NIH’S $12 Billion Waste Condemned in New D.C. Ad
PETA Denounces 90 Percent Failure Rate of Animal Experiments to Lead to Therapies for Humans
For Immediate Release:
January 29, 2018
Contact:
Tasgola Bruner 202-483-7382
Ninety percent of experiments on animals fail to help humans. That’s the message of a new full-page PETA ad slated to run on January 31 in The Hill and The Washington Times that exposes the waste of taxpayer dollars and animal lives by the National Institutes of Health (NIH).
The ad, which shows a hamster on a wheel, reads, “The Reality Is That 90% of NIH Animal Experiments Are Going Nowhere.”

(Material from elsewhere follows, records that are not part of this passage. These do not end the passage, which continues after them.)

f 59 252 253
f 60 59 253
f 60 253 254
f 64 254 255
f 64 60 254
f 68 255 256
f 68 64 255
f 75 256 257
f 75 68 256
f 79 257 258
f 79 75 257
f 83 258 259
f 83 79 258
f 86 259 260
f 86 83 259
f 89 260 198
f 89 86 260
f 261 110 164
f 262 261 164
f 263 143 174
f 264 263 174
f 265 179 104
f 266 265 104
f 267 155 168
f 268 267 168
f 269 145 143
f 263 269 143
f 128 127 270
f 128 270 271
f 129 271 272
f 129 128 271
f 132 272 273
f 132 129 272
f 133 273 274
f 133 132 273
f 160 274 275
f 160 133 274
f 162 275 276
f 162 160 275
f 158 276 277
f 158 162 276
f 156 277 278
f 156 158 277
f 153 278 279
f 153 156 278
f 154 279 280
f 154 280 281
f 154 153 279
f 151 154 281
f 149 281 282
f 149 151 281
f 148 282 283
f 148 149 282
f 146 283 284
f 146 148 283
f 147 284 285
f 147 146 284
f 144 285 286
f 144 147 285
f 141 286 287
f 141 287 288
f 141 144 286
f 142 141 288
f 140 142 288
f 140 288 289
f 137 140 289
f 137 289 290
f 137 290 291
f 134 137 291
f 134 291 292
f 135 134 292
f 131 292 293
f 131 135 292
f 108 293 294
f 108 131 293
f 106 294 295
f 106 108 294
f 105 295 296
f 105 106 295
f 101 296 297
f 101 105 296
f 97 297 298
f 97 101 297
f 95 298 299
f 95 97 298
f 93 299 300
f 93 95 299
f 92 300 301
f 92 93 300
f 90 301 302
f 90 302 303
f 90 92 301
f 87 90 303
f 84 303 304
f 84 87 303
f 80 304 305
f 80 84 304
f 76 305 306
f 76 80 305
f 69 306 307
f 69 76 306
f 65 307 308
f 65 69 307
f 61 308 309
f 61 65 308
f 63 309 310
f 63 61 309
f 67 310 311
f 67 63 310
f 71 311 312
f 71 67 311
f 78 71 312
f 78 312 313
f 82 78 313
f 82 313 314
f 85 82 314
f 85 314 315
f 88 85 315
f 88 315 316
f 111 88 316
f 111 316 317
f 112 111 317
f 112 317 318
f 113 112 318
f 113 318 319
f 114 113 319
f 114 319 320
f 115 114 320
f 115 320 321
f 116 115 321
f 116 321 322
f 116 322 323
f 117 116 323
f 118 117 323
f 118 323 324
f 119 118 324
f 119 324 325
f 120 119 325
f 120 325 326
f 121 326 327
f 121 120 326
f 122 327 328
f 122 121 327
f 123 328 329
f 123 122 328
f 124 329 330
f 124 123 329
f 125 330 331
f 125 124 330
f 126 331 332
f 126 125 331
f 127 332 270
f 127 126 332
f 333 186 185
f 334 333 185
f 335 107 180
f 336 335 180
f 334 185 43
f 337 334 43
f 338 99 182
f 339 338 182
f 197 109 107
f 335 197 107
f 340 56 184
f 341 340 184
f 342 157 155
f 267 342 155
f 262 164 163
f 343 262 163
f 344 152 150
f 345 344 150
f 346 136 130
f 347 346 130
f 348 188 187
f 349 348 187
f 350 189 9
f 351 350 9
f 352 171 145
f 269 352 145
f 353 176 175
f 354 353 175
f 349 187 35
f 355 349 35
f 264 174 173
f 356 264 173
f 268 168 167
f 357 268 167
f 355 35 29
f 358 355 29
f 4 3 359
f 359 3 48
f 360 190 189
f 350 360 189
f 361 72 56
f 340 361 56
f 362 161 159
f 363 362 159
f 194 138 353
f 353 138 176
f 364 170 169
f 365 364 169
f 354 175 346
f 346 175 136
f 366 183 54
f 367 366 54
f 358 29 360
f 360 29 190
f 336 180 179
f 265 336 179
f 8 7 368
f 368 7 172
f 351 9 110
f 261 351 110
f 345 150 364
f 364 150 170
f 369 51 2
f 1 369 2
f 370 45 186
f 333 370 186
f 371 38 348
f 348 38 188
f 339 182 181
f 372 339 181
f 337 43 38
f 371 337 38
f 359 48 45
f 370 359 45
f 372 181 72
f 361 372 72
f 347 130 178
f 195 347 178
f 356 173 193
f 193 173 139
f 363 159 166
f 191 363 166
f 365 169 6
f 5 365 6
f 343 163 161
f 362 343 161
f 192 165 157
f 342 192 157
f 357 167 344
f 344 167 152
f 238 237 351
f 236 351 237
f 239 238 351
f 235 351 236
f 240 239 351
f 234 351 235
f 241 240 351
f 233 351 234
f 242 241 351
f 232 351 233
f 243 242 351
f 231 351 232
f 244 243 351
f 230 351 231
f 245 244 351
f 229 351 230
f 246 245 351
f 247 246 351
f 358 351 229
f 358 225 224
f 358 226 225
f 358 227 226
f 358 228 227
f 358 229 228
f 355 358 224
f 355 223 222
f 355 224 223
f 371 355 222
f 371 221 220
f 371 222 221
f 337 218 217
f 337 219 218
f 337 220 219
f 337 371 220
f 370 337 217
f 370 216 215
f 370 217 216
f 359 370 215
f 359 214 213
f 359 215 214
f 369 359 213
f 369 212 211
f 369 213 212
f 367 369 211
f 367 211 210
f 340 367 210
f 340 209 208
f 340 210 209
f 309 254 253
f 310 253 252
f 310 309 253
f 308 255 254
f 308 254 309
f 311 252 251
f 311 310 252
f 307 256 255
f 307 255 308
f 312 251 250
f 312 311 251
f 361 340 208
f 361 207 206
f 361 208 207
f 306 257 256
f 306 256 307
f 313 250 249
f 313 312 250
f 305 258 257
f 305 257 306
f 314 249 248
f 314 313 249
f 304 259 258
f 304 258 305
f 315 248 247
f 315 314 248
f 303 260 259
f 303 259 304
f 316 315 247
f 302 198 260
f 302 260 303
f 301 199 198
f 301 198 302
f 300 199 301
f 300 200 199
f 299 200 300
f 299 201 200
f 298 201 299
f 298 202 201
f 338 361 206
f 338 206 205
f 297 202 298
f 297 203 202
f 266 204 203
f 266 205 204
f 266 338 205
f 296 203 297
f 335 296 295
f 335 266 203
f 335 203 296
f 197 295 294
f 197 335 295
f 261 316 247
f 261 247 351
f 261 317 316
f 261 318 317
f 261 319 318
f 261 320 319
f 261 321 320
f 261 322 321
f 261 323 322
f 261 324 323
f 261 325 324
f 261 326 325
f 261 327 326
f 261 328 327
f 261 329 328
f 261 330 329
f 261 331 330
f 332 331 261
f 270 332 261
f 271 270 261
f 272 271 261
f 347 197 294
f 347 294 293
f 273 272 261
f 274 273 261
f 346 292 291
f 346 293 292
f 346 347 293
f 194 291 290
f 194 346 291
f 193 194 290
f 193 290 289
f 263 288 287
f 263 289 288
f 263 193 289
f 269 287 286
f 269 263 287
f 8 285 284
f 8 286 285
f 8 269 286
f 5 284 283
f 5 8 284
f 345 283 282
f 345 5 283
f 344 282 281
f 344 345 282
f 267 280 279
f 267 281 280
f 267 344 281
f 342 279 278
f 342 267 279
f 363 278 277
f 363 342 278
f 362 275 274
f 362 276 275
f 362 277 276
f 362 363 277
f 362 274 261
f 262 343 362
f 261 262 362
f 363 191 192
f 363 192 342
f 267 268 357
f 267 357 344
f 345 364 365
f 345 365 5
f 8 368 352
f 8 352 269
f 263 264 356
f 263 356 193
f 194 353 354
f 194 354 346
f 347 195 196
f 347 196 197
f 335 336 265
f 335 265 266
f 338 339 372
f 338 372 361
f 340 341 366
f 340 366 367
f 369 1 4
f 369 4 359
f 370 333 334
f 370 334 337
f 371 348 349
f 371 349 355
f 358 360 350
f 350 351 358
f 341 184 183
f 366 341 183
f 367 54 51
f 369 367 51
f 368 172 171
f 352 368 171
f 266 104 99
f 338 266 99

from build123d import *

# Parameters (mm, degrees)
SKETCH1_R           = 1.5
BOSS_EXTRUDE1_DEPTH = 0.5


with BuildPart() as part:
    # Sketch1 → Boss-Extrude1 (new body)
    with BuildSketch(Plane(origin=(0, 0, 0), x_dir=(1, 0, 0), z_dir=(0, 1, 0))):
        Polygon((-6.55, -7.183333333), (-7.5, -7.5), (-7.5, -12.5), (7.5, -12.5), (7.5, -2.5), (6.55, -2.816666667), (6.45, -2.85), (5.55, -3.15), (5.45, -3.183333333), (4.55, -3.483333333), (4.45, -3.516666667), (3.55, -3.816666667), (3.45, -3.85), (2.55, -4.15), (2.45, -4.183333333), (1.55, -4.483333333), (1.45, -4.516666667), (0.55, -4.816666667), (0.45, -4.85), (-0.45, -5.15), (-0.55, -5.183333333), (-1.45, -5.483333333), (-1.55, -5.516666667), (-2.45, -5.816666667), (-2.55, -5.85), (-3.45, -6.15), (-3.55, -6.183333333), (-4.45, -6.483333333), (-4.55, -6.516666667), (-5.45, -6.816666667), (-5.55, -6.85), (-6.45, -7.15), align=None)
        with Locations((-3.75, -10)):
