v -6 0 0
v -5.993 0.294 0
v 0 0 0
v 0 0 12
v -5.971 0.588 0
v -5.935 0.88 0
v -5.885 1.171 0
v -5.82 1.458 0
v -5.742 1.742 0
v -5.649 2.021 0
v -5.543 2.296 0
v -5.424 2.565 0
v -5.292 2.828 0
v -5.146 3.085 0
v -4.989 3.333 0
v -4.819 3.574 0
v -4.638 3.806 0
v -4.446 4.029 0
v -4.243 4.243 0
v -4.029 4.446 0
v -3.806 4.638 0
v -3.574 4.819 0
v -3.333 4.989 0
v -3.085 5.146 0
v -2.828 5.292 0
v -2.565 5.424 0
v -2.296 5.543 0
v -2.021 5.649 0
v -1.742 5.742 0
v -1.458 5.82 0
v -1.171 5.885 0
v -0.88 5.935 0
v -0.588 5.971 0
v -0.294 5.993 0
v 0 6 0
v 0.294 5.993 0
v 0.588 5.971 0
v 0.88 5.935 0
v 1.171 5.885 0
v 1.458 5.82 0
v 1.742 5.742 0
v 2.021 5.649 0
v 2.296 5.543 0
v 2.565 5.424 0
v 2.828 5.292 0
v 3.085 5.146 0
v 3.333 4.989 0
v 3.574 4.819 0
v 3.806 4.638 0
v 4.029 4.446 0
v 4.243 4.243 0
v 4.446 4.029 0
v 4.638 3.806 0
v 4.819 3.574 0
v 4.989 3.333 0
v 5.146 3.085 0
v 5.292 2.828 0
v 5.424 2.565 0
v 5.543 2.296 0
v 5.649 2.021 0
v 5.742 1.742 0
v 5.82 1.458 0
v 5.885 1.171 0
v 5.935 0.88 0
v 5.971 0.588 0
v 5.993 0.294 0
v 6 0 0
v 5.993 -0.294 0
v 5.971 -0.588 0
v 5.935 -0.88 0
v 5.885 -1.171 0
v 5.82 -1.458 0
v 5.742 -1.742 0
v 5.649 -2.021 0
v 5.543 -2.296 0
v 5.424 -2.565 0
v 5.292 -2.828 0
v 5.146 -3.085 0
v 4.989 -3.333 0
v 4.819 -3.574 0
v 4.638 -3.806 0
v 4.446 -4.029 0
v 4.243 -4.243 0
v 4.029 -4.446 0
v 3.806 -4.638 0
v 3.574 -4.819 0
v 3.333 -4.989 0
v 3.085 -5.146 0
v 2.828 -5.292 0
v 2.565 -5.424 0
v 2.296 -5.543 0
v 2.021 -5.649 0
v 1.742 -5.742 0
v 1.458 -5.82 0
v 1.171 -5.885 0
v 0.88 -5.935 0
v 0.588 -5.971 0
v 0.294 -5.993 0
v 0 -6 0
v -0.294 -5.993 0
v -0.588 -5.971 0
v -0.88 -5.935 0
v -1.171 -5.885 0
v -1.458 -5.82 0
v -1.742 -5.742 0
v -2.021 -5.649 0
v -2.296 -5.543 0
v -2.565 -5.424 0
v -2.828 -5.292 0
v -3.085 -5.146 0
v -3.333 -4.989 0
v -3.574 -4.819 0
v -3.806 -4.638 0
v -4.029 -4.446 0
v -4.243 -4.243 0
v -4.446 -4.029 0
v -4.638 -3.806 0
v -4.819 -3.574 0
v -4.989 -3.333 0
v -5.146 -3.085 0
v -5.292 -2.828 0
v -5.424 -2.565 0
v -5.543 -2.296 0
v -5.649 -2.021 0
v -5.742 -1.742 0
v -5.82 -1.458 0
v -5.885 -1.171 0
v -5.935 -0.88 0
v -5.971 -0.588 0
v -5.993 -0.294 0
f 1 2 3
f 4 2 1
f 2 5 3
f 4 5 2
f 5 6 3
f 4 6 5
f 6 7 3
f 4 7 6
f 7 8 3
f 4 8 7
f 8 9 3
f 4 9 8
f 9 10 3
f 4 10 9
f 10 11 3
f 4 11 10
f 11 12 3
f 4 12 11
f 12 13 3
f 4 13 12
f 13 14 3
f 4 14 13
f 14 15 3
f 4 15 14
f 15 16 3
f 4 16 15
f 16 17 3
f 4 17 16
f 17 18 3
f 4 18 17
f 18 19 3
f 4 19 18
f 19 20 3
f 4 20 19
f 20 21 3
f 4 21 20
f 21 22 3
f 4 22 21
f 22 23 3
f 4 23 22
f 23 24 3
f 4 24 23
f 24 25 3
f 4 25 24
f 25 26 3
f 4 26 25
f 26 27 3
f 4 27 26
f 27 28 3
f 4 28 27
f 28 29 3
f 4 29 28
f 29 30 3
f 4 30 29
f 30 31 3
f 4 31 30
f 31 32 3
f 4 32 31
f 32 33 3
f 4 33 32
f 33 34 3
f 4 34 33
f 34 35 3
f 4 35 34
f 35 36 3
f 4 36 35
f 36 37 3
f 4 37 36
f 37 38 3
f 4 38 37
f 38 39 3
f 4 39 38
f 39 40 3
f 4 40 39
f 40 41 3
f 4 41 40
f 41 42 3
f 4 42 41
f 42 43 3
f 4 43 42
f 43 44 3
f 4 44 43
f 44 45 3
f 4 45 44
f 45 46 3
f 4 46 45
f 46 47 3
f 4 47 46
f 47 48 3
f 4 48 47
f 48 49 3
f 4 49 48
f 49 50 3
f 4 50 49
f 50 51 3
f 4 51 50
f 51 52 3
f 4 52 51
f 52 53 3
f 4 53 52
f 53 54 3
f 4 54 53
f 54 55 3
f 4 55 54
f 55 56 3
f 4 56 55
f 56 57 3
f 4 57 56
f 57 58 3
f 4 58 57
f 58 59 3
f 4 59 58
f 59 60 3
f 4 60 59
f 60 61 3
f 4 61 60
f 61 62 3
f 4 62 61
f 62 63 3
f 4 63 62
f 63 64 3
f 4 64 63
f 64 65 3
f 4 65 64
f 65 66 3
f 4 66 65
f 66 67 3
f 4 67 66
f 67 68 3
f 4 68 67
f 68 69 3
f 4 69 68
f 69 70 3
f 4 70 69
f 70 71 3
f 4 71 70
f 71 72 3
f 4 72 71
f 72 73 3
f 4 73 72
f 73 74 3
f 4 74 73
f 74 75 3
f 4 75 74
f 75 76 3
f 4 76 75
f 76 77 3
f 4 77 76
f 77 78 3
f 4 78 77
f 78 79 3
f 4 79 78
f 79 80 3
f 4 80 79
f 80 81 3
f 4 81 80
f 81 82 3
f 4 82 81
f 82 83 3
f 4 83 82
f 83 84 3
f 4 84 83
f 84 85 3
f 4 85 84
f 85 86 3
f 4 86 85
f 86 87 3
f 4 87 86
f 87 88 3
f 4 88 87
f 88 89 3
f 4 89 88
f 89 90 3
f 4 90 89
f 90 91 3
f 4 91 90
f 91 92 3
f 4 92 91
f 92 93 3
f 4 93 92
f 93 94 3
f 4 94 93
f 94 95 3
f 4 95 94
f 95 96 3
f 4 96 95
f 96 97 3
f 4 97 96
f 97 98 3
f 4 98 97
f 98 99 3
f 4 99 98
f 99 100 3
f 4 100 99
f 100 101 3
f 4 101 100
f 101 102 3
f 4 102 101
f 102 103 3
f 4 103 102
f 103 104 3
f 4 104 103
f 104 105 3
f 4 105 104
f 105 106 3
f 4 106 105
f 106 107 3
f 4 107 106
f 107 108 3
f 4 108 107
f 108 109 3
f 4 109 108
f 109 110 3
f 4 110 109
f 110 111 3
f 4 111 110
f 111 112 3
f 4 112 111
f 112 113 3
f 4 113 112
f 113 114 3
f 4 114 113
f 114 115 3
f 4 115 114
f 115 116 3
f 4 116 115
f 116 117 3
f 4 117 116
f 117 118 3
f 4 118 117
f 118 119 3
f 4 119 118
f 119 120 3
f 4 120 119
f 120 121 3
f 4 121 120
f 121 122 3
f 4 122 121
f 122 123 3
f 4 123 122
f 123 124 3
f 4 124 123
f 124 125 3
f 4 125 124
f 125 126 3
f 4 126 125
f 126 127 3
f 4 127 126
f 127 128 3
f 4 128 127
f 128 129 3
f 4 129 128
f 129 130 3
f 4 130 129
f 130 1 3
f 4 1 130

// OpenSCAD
// Auto-generated from tests/data/feature_fixtures_manifest.json
// fixture: revolve_triangle_profile
// fixture_type: revolve
// description: Triangle profile revolved around Z; generic Phase 1 cone-like revolve.
$fn = 96;

profile = [
    [0.000000, 0.000000],
    [6.000000, 0.000000],
    [0.000000, 12.000000]
];

rotate_extrude($fn=128) polygon(points=profile);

The ad also reveals that each year, NIH spends $12 billion—47 percent of its research budget—on experiments on animals even though multiple studies show that more than 90 percent of animal experiments fail to lead to treatments for humans. Furthermore, 95 percent of pharmaceutical drugs that test safe and effective in animals fail in human clinical trials.
“Experiments on animals are a dead end, and the National Institutes of Health is pouring billions of taxpayer dollars straight down the drain,” says PETA Senior Vice President Kathy Guillermo. “PETA is calling on NIH to stop squandering money and animal lives and instead direct funds toward sophisticated non-animal research methods that will actually help humans suffering from diseases.”
In the ad, PETA points to several high-cost experiments that NIH gave funds to, including the following:
- $7.6 million to starve monkeys in “caloric restriction” experiments at the University of Wisconsin–Madison
- $15.5 million to addict monkeys and mice to alcohol and then force them to go through withdrawal at Oregon Health & Science University
- $5 million to breed colonies of dogs to have crippling canine muscular dystrophy at the University of North Carolina and Texas A&M University, even though 35 years of experimenting on these dogs has failed to produce an effective treatment for the human form of the disease
NIH has admitted that experiments on animals “often fail to provide good ways to mimic disease or predict how drugs will work in humans, resulting in much wasted time and money.”